The fourth axiom has confused some logicians because its formulation is not as they would have expected, since Mally gave each axiom a description in words also, and he said that axiom IV meant "the unconditionally obligatory is obligatory", i.e. (as many logicians have insisted) UA → !A. Meanwhile, axiom 5 lacks an object to which the predicates apply, a typo. However, it turns out these are the least of Mally's worries (see below).

===Failure of Mally's deontic logic===

Theorem: This axiomatization of deontic logic implies that !x if and only if x is true, OR !x is unsatisfiable. (This makes it useless to deontic logicians.)

Proof: Using axiom III, axiom I may be rewritten as (!(A → B) & (B → C)) → !(A → C). Since B → C holds whenever C holds, one immediate consequence is that (!(A → B) → (C → !(A → C))). In other words, if A requires B, it requires any true statement. In the special case where A is a tautology, the theorem has consequence (!B → (C → !C)). Thus, if at least one statement ought be true, every statement must materially entail it ought be true, and so every true statement ought be true. As for the converse (i.e. if some statement ought be true then all statements that ought be true are true), consider the following logic: ((U → !A) & (A → ∩)) → (U → !∩) is a special case of axiom I, but its consequent contradicts axiom V, and so ¬((U → !A) & (A → ∩)). The result !A → A can be shown to follow from this, since !A implies that U → !A and ¬A implies that A → ∩; and, since these are not both true, we know that !A → A.

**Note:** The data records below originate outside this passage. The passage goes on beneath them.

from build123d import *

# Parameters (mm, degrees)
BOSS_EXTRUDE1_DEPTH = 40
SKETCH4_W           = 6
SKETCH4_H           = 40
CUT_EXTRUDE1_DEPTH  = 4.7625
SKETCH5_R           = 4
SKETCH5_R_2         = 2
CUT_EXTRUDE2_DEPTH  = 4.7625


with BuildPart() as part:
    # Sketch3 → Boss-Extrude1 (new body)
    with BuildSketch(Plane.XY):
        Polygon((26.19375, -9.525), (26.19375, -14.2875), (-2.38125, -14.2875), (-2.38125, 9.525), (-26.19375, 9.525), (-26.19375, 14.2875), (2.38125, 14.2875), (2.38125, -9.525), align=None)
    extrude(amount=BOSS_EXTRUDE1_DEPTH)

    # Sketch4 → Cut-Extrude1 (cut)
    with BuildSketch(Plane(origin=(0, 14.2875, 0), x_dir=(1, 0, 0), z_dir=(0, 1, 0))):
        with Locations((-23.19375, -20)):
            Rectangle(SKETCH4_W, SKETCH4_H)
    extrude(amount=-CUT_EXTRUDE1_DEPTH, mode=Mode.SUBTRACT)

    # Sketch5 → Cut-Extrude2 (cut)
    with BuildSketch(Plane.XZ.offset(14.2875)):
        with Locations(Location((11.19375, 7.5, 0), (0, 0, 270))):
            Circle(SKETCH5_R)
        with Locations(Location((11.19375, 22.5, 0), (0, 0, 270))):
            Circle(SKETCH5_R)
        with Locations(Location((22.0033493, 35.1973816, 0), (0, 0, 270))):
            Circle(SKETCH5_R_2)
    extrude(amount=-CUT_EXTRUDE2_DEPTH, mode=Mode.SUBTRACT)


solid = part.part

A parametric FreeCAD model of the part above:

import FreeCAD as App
import Part
import Sketcher

doc = App.newDocument("Part")
params = doc.addObject("Spreadsheet::Sheet", "Params")
for row, (alias, value) in enumerate([
    ("pad1_length", "40 mm"),
    ("sketch2_width", "6 mm"),
    ("sketch2_height", "40 mm"),
    ("pocket1_length", "4.7625 mm"),
    ("sketch3_diameter", "8 mm"),
    ("sketch3_diameter2", "4 mm"),
    ("pocket2_length", "4.7625 mm"),
], start=1):
    params.set(f"A{row}", alias)
    params.set(f"B{row}", "=" + value)
    params.setAlias(f"B{row}", alias)

body = doc.addObject("PartDesign::Body", "Body")

sketch1 = body.newObject("Sketcher::SketchObject", "Sketch")
sketch1.AttachmentSupport = (doc.getObject("XY_Plane"), [""])
sketch1.MapMode = "FlatFace"
sketch1.addGeometry(Part.LineSegment(App.Vector(26.2, -14.3, 0), App.Vector(26.2, -9.5, 0)), False)
sketch1.addGeometry(Part.LineSegment(App.Vector(26.2, -9.5, 0), App.Vector(2.4, -9.5, 0)), False)
sketch1.addGeometry(Part.LineSegment(App.Vector(2.4, -9.5, 0), App.Vector(2.4, 14.3, 0)), False)
sketch1.addGeometry(Part.LineSegment(App.Vector(2.4, 14.3, 0), App.Vector(-26.2, 14.3, 0)), False)
sketch1.addGeometry(Part.LineSegment(App.Vector(-26.2, 14.3, 0), App.Vector(-26.2, 9.5, 0)), False)
sketch1.addGeometry(Part.LineSegment(App.Vector(-26.2, 9.5, 0), App.Vector(-2.4, 9.5, 0)), False)
sketch1.addGeometry(Part.LineSegment(App.Vector(-2.4, 9.5, 0), App.Vector(-2.4, -14.3, 0)), False)
sketch1.addGeometry(Part.LineSegment(App.Vector(-2.4, -14.3, 0), App.Vector(26.2, -14.3, 0)), False)
sketch1.addConstraint(Sketcher.Constraint("Coincident", 0, 2, 1, 1))
sketch1.addConstraint(Sketcher.Constraint("Coincident", 1, 2, 2, 1))
sketch1.addConstraint(Sketcher.Constraint("Coincident", 2, 2, 3, 1))
sketch1.addConstraint(Sketcher.Constraint("Coincident", 3, 2, 4, 1))
sketch1.addConstraint(Sketcher.Constraint("Coincident", 4, 2, 5, 1))
sketch1.addConstraint(Sketcher.Constraint("Coincident", 5, 2, 6, 1))
sketch1.addConstraint(Sketcher.Constraint("Coincident", 6, 2, 7, 1))
sketch1.addConstraint(Sketcher.Constraint("Coincident", 7, 2, 0, 1))
sketch1.addConstraint(Sketcher.Constraint("Vertical", 0))
sketch1.addConstraint(Sketcher.Constraint("Horizontal", 1))
sketch1.addConstraint(Sketcher.Constraint("Vertical", 2))
sketch1.addConstraint(Sketcher.Constraint("Horizontal", 3))
sketch1.addConstraint(Sketcher.Constraint("Vertical", 4))
sketch1.addConstraint(Sketcher.Constraint("Horizontal", 5))
sketch1.addConstraint(Sketcher.Constraint("Vertical", 6))
sketch1.addConstraint(Sketcher.Constraint("Horizontal", 7))
sketch1.addConstraint(Sketcher.Constraint("Symmetric", 0, 2, 4, 2, -1, 1))
sketch1.addConstraint(Sketcher.Constraint("Symmetric", 2, 2, 6, 2, -1, 1))
sketch1.addConstraint(Sketcher.Constraint("Equal", 5, 2))
sketch1.addConstraint(Sketcher.Constraint("DistanceX", 3, 2, 3, 1, 28.575))
sketch1.addConstraint(Sketcher.Constraint("DistanceY", 1, 2, 4, 2, 19.05))
sketch1.addConstraint(Sketcher.Constraint("DistanceX", 1, 2, 1, 1, 23.8125))
pad1 = body.newObject("PartDesign::Pad", "Pad")
pad1.Profile = sketch1
pad1.setExpression("Length", "Params.pad1_length")

sketch2 = body.newObject("Sketcher::SketchObject", "Sketch001")
sketch2.AttachmentSupport = (doc.getObject("XZ_Plane"), [""])
sketch2.MapMode = "FlatFace"
sketch2.AttachmentOffset = App.Placement(App.Vector(0, 0, -14.2875), App.Rotation())
sketch2.addGeometry(Part.LineSegment(App.Vector(-26, 0, 0), App.Vector(-26, 40, 0)), False)
sketch2.addGeometry(Part.LineSegment(App.Vector(-26, 40, 0), App.Vector(-20, 40, 0)), False)
sketch2.addGeometry(Part.LineSegment(App.Vector(-20, 40, 0), App.Vector(-20, 0, 0)), False)
sketch2.addGeometry(Part.LineSegment(App.Vector(-20, 0, 0), App.Vector(-26, 0, 0)), False)
sketch2.addConstraint(Sketcher.Constraint("Coincident", 0, 2, 1, 1))
sketch2.addConstraint(Sketcher.Constraint("Coincident", 1, 2, 2, 1))
sketch2.addConstraint(Sketcher.Constraint("Coincident", 2, 2, 3, 1))
sketch2.addConstraint(Sketcher.Constraint("Coincident", 3, 2, 0, 1))
sketch2.addConstraint(Sketcher.Constraint("Vertical", 0))
sketch2.addConstraint(Sketcher.Constraint("Horizontal", 1))
sketch2.addConstraint(Sketcher.Constraint("Vertical", 2))
sketch2.addConstraint(Sketcher.Constraint("Horizontal", 3))
sketch2.addConstraint(Sketcher.Constraint("PointOnObject", 2, 2, -1))
sketch2.addConstraint(Sketcher.Constraint("DistanceX", 1, 1, 1, 2, 6.0))
sketch2.addConstraint(Sketcher.Constraint("DistanceY", 0, 1, 0, 2, 40.0))
sketch2.addConstraint(Sketcher.Constraint("DistanceX", 0, 2, -1, 1, 26.19375))
sketch2.setExpression("Constraints[9]", "Params.sketch2_width")
sketch2.setExpression("Constraints[10]", "Params.sketch2_height")
pocket1 = body.newObject("PartDesign::Pocket", "Pocket")
pocket1.Profile = sketch2
pocket1.setExpression("Length", "Params.pocket1_length")
pocket1.Reversed = True

sketch3 = body.newObject("Sketcher::SketchObject", "Sketch002")
sketch3.AttachmentSupport = (doc.getObject("XZ_Plane"), [""])
sketch3.MapMode = "FlatFace"
sketch3.AttachmentOffset = App.Placement(App.Vector(0, 0, 14.2875), App.Rotation())
sketch3.addGeometry(Part.Circle(App.Vector(11.2, 7.5, 0), App.Vector(0, 0, 1), 4), False)
sketch3.addGeometry(Part.Circle(App.Vector(11.2, 22.5, 0), App.Vector(0, 0, 1), 4), False)
sketch3.addGeometry(Part.Circle(App.Vector(22, 35.2, 0), App.Vector(0, 0, 1), 2), False)
sketch3.addConstraint(Sketcher.Constraint("Equal", 0, 1))
sketch3.addConstraint(Sketcher.Constraint("Vertical", 0, 3, 1, 3))
sketch3.addConstraint(Sketcher.Constraint("Diameter", 0, 8.0))
sketch3.addConstraint(Sketcher.Constraint("Diameter", 2, 4.0))
sketch3.addConstraint(Sketcher.Constraint("DistanceY", 0, 3, 1, 3, 15.0))
sketch3.addConstraint(Sketcher.Constraint("DistanceY", -1, 1, 0, 3, 7.5))
sketch3.addConstraint(Sketcher.Constraint("DistanceX", 1, 3, 2, 3, 10.809599))
sketch3.addConstraint(Sketcher.Constraint("DistanceX", -1, 1, 0, 3, 11.19375))
sketch3.addConstraint(Sketcher.Constraint("DistanceY", -1, 1, 2, 3, 35.197382))
sketch3.setExpression("Constraints[2]", "Params.sketch3_diameter")
sketch3.setExpression("Constraints[3]", "Params.sketch3_diameter2")
pocket2 = body.newObject("PartDesign::Pocket", "Pocket001")
pocket2.Profile = sketch3
pocket2.setExpression("Length", "Params.pocket2_length")

doc.recompute()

Mally thought that axiom I was self-evident, but he likely confused it with an alternative in which the implication B → C is logical, which would indeed make the axiom self-evident. The theorem above, however, would then not be demonstrable. The theorem was proven by Karl Menger, the next deontic logician. Neither Mally's original axioms nor a modification that avoids this result remains popular today. Menger did not suggest his own axioms.

===Metaphysics===
In metaphysics, Mally is known for introducing a distinction between two kinds of predication, a strategy better known as the dual predication approach, for solving the problem of nonexistent objects (Mally 1912). He also introduced a similar strategy, the dual property strategy, but did not endorse it. The dual property strategy was eventually adopted by Meinong.

Mally developed a realistic approach to ontology (Mally 1935) and saw himself in opposition to the Vienna Circle and the logical positivists.

===Legacy===
Mally's metaphysical work influences some contemporary metaphysicians and logicians working in abstract object theory, especially Edward Zalta.

The analytic philosopher David Kellogg Lewis argued forcefully that the name of the fictional Australian poet Ern Malley, created by James McAuley and Harold Stewart, was an allusion to Mally.

== Works ==
- (1904 [1903]) Untersuchungen zur Gegenstandstheorie des Messens (Investigations in the Object Theory of Measurement), Leipzig: Barth (doctoral thesis).
- (1912) Gegenstandstheoretische Grundlagen der Logik und Logistik (Object-theoretic Foundations for Logics and Logistics), Leipzig: Barth (habilitation thesis).
- (1912) Die grundlegenden Beziehungen und Verknüpfungen der Gegenstände, Progr. Graz.
- (1926) Grundgesetze des Sollens. Elemente der Logik des Willens (The Basic Laws of Ought: Elements of the Logic of Willing), Graz: Leuschner & Lubensky. Reprinted in Ernst Mally: Logische Schriften. Großes Logikfragment—Grundgesetze des Sollens, K. Wolf, P. Weingartner (eds.), Dordrecht: Reidel, 1971, 227–324.
- (1935) Erlebnis und Wirklichkeit. Einleitung zur Philosophie der Natürlichen Weltauffassung (Experience and Reality: Introduction to the Philosophy of the Natural World-conception), Leipzig: Julius Klinkhardt.